Wir ignorieren jetzt mal den Umstand, dass die meisten Menschen der Meinung sein dürften, dass wahres Lebensglück erst mit vorehelichem Geschlechtsverkehr beginnt. Oder dass ihr offensichtlich sauer seid, dass es Leute gibt, die etwas haben, für das ihr erst einen Priester bemühen müsst – so oder so. Oder dass (falls man sich nicht zufällig auf der selben Surrealitätssebene wie ihr befindet) jeder einzelne Satz dieses Textkastens grenzwahnsinniger Schwachfug ist. Was man aber nicht so einfach unter den Altar kehren kann, das ist euer Marketingproblem. Hört mal, ihr macht da grade Reklame für euren Laden, indem ihr etwaige Interessenten darauf hinweist, dass sie sich entscheiden müssen zwischen einerseits täglicher Bibellektüre, ständigen Schuldgefühlen, einem spätestens seit der Frühmoderne überholten Wissenschaftskonzept und Angst vor Satanisten im Bus und andererseits einem Leben voller sexueller Ausschweifungen. Ihr wundert euch nicht, dass ihr keine jungen, attraktiven Strahlemänner zum Flyerverteilen habt, sondern nur ein paar verhuschte, langsam in Richtung Lebensabend trudelnde Gestalten, oder?

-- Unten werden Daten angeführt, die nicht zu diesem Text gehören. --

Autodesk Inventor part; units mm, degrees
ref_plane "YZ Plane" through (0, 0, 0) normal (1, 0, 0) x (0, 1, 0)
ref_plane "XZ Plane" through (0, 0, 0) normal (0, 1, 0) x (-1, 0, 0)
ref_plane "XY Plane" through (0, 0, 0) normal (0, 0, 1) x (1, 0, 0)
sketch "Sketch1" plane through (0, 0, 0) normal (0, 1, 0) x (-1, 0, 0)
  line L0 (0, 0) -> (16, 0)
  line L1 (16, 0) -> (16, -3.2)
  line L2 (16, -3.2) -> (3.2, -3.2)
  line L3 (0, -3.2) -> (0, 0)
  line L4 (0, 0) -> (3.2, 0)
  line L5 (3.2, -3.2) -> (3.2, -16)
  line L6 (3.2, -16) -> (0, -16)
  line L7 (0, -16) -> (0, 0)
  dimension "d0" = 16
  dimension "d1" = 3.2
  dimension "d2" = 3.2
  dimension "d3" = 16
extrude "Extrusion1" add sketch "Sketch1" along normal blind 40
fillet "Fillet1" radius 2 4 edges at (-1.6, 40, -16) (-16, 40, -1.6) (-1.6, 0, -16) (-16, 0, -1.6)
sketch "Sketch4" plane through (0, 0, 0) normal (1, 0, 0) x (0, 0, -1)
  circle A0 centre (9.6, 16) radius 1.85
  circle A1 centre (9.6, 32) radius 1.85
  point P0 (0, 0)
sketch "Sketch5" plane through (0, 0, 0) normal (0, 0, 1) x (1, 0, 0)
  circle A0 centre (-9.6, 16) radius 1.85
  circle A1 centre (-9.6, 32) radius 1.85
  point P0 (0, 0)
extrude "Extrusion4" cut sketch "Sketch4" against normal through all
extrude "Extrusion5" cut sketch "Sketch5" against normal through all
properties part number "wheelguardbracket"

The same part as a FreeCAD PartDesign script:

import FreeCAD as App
import Part
import Sketcher


def edges_at(feature, points):
    """Names of the edges that pass closest to the given points."""
    edges = feature.Shape.Edges
    near = lambda p: min(range(len(edges)), key=lambda i: edges[i].distToShape(Part.Vertex(*p))[0])
    return sorted({f"Edge{near(p) + 1}" for p in points})

doc = App.newDocument("Part")
body = doc.addObject("PartDesign::Body", "Body")

# Sketch on XZ plane
sketch1 = body.newObject("Sketcher::SketchObject", "Sketch")
sketch1.AttachmentSupport = (doc.getObject("XZ_Plane"), [""])
sketch1.MapMode = "FlatFace"
sketch1.addGeometry([
    Part.LineSegment(App.Vector(-16, 0, 0), App.Vector(0, 0, 0)),  # 0
    Part.LineSegment(App.Vector(0, 0, 0), App.Vector(0, -16, 0)),  # 1
    Part.LineSegment(App.Vector(0, -16, 0), App.Vector(-3.2, -16, 0)),  # 2
    Part.LineSegment(App.Vector(-3.2, -16, 0), App.Vector(-3.2, -3.2, 0)),  # 3
    Part.LineSegment(App.Vector(-3.2, -3.2, 0), App.Vector(-16, -3.2, 0)),  # 4
    Part.LineSegment(App.Vector(-16, -3.2, 0), App.Vector(-16, 0, 0)),  # 5
], False)
sketch1.addConstraint([
    Sketcher.Constraint("Coincident", 0, 2, 1, 1),
    Sketcher.Constraint("Coincident", 1, 2, 2, 1),
    Sketcher.Constraint("Coincident", 2, 2, 3, 1),
    Sketcher.Constraint("Coincident", 3, 2, 4, 1),
    Sketcher.Constraint("Coincident", 4, 2, 5, 1),
    Sketcher.Constraint("Coincident", 5, 2, 0, 1),
    Sketcher.Constraint("Horizontal", 0),
    Sketcher.Constraint("Vertical", 1),
    Sketcher.Constraint("Horizontal", 2),
    Sketcher.Constraint("Vertical", 3),
    Sketcher.Constraint("Horizontal", 4),
    Sketcher.Constraint("Vertical", 5),
    Sketcher.Constraint("Coincident", 0, 2, -1, 1),
    Sketcher.Constraint("Equal", 0, 1),
    Sketcher.Constraint("Equal", 4, 3),
    Sketcher.Constraint("DistanceX", 0, 1, 0, 2, 16.0),
    Sketcher.Constraint("DistanceX", 2, 2, 2, 1, 3.2),
])
pad1 = body.newObject("PartDesign::Pad", "Pad")
pad1.Profile = sketch1
pad1.Length = 40
pad1.Reversed = True
doc.recompute()

fillet = body.newObject("PartDesign::Fillet", "Fillet")
fillet.Base = (pad1, edges_at(pad1, [
    (-1.6, 40, -16),
    (-16, 40, -1.6),
    (-1.6, 0, -16),
    (-16, 0, -1.6),
]))
fillet.Radius = 2

# Sketch on YZ plane
sketch2 = body.newObject("Sketcher::SketchObject", "Sketch001")
sketch2.AttachmentSupport = (doc.getObject("YZ_Plane"), [""])
sketch2.MapMode = "FlatFace"
sketch2.addGeometry([
    Part.Circle(App.Vector(16, -9.6, 0), App.Vector(0, 0, 1), 1.9),
    Part.Circle(App.Vector(32, -9.6, 0), App.Vector(0, 0, 1), 1.9),
], False)
sketch2.addConstraint([
    Sketcher.Constraint("Equal", 0, 1),
    Sketcher.Constraint("Horizontal", 0, 3, 1, 3),
    Sketcher.Constraint("Diameter", 0, 3.7),
    Sketcher.Constraint("DistanceX", -1, 1, 0, 3, 16.0),
    Sketcher.Constraint("DistanceX", -1, 1, 1, 3, 32.0),
    Sketcher.Constraint("DistanceY", 0, 3, -1, 1, 9.6),
])
pocket1 = body.newObject("PartDesign::Pocket", "Pocket")
pocket1.Profile = sketch2
pocket1.Type = "ThroughAll"

# Sketch on XY plane
sketch3 = body.newObject("Sketcher::SketchObject", "Sketch002")
sketch3.AttachmentSupport = (doc.getObject("XY_Plane"), [""])
sketch3.MapMode = "FlatFace"
sketch3.addGeometry([
    Part.Circle(App.Vector(-9.6, 16, 0), App.Vector(0, 0, 1), 1.9),
    Part.Circle(App.Vector(-9.6, 32, 0), App.Vector(0, 0, 1), 1.9),
], False)
sketch3.addConstraint([
    Sketcher.Constraint("Equal", 0, 1),
    Sketcher.Constraint("Vertical", 0, 3, 1, 3),
    Sketcher.Constraint("Diameter", 0, 3.7),
    Sketcher.Constraint("DistanceY", -1, 1, 0, 3, 16.0),
    Sketcher.Constraint("DistanceY", -1, 1, 1, 3, 32.0),
    Sketcher.Constraint("DistanceX", 0, 3, -1, 1, 9.6),
])
pocket2 = body.newObject("PartDesign::Pocket", "Pocket001")
pocket2.Profile = sketch3
pocket2.Type = "ThroughAll"

doc.recompute()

Die Vakanz von Strahlemänner betone ich deswegen, weil mir an bewusstem Tag in Essen, just als ich das Mütterchen mit seinem Rettungsschild hinter mir ließ, auf der anderen Straßenseite der nächste Zettel überreicht wurde, von jemandem, der geschätztermaßen jünger war als ich – Fortsetzung folgt.

Autobahnmission (Fotografiert am 18.07.2010, als die A40 für einen Tag für Radfahrer und Christen freigegeben war).




6 Kommentare

1) manhunter

15. November 2010, 21:36

Dass Slipknot-Shirts-Trager Satanisten sind, ist ja wohl unbestritten.
Davon abgesehen: Bei der Erklärung der „Drei-Einheit“ mit dem Wasserbeispiel hab ich eine Lachpause einlegen müssen. Fantastisch! Und am Autobahnchristen gefällt mir, dass man ihn quasi anfahren muss, um zu lesen, was Jesus gesagt hat.

2) bea

8. Dezember 2011, 08:57

hi,
ich bin auch christ. ich find es so schade, dass diese art von christen vielen menschen ein total falsches und schreckliches bild zeigen von dem, was wir eigentlich glauben, das tut mir echt leid. die flyer kenn ich auch und so leute auch, dabei geht es in der bibel um die FREIHEIT die wir durch jesus bekommen können, und eben nicht durch 1000000 einschränkungen und regeln…
der bericht is ganz gut und ich würde gerne, dass viele christen mal sehen, was sie damit anstellen, und wie darüber gedacht wird…. =)
Eigentlich ist die botschaft von uns christen sehr simpel. Wir glauben an Gott und können mit ihm zusammen leben, von jetzt an bis in die Ewigkeit. Gott ist immer bei uns und wird uns nie verlassen, er gibt uns trost und halt im Leben, aber er befreit uns auch von unseren Lasten, von unserer Schuld.
Und wer will, darf das auch haben. Und das sollte mission sein.
Das muss man nicht mit flyern machen. Also das sollte man auch nicht mit SOLCHEN schrecklichen flyern tun. gegen sowas bin ich auch…
also liebe grüße!
hoffentlich triffst du auch mal etwas normalere christen…
die bea

3) Gregor

8. Dezember 2011, 20:46

Und wer das nicht will, kann zur Hölle fahren!

4) Errror42

8. Mai 2014, 00:47

Freiheit durch Jesus?
Freiheit hab ich auch so, dafür brauche ich keinen Schizo

5) klauswerner

13. Juni 2014, 13:12

Der Wasservergleich für die Dreieinigkeit war in der frühen Kirche und im Mittelalter noch Häresie und wurde entsprechend mit dem Tode bestrafft (Modalismus).

6) Lukas

13. Juni 2014, 13:28

Schau an, wieder was gelernt. Die theologischen Bemühungen der Monarchianer erinnern mich frappierend an die verzweifelten Versuche von Sci-Fi- und Fantasy-Fans, die die Plotlöcher in ihrem Lieblings-Franchise wegzudiskutieren versuchen und dabei übergehen, dass die Autoren seinerzeit vielleicht einfach nicht darüber nachgedacht haben oder es ihnen schlicht egal war.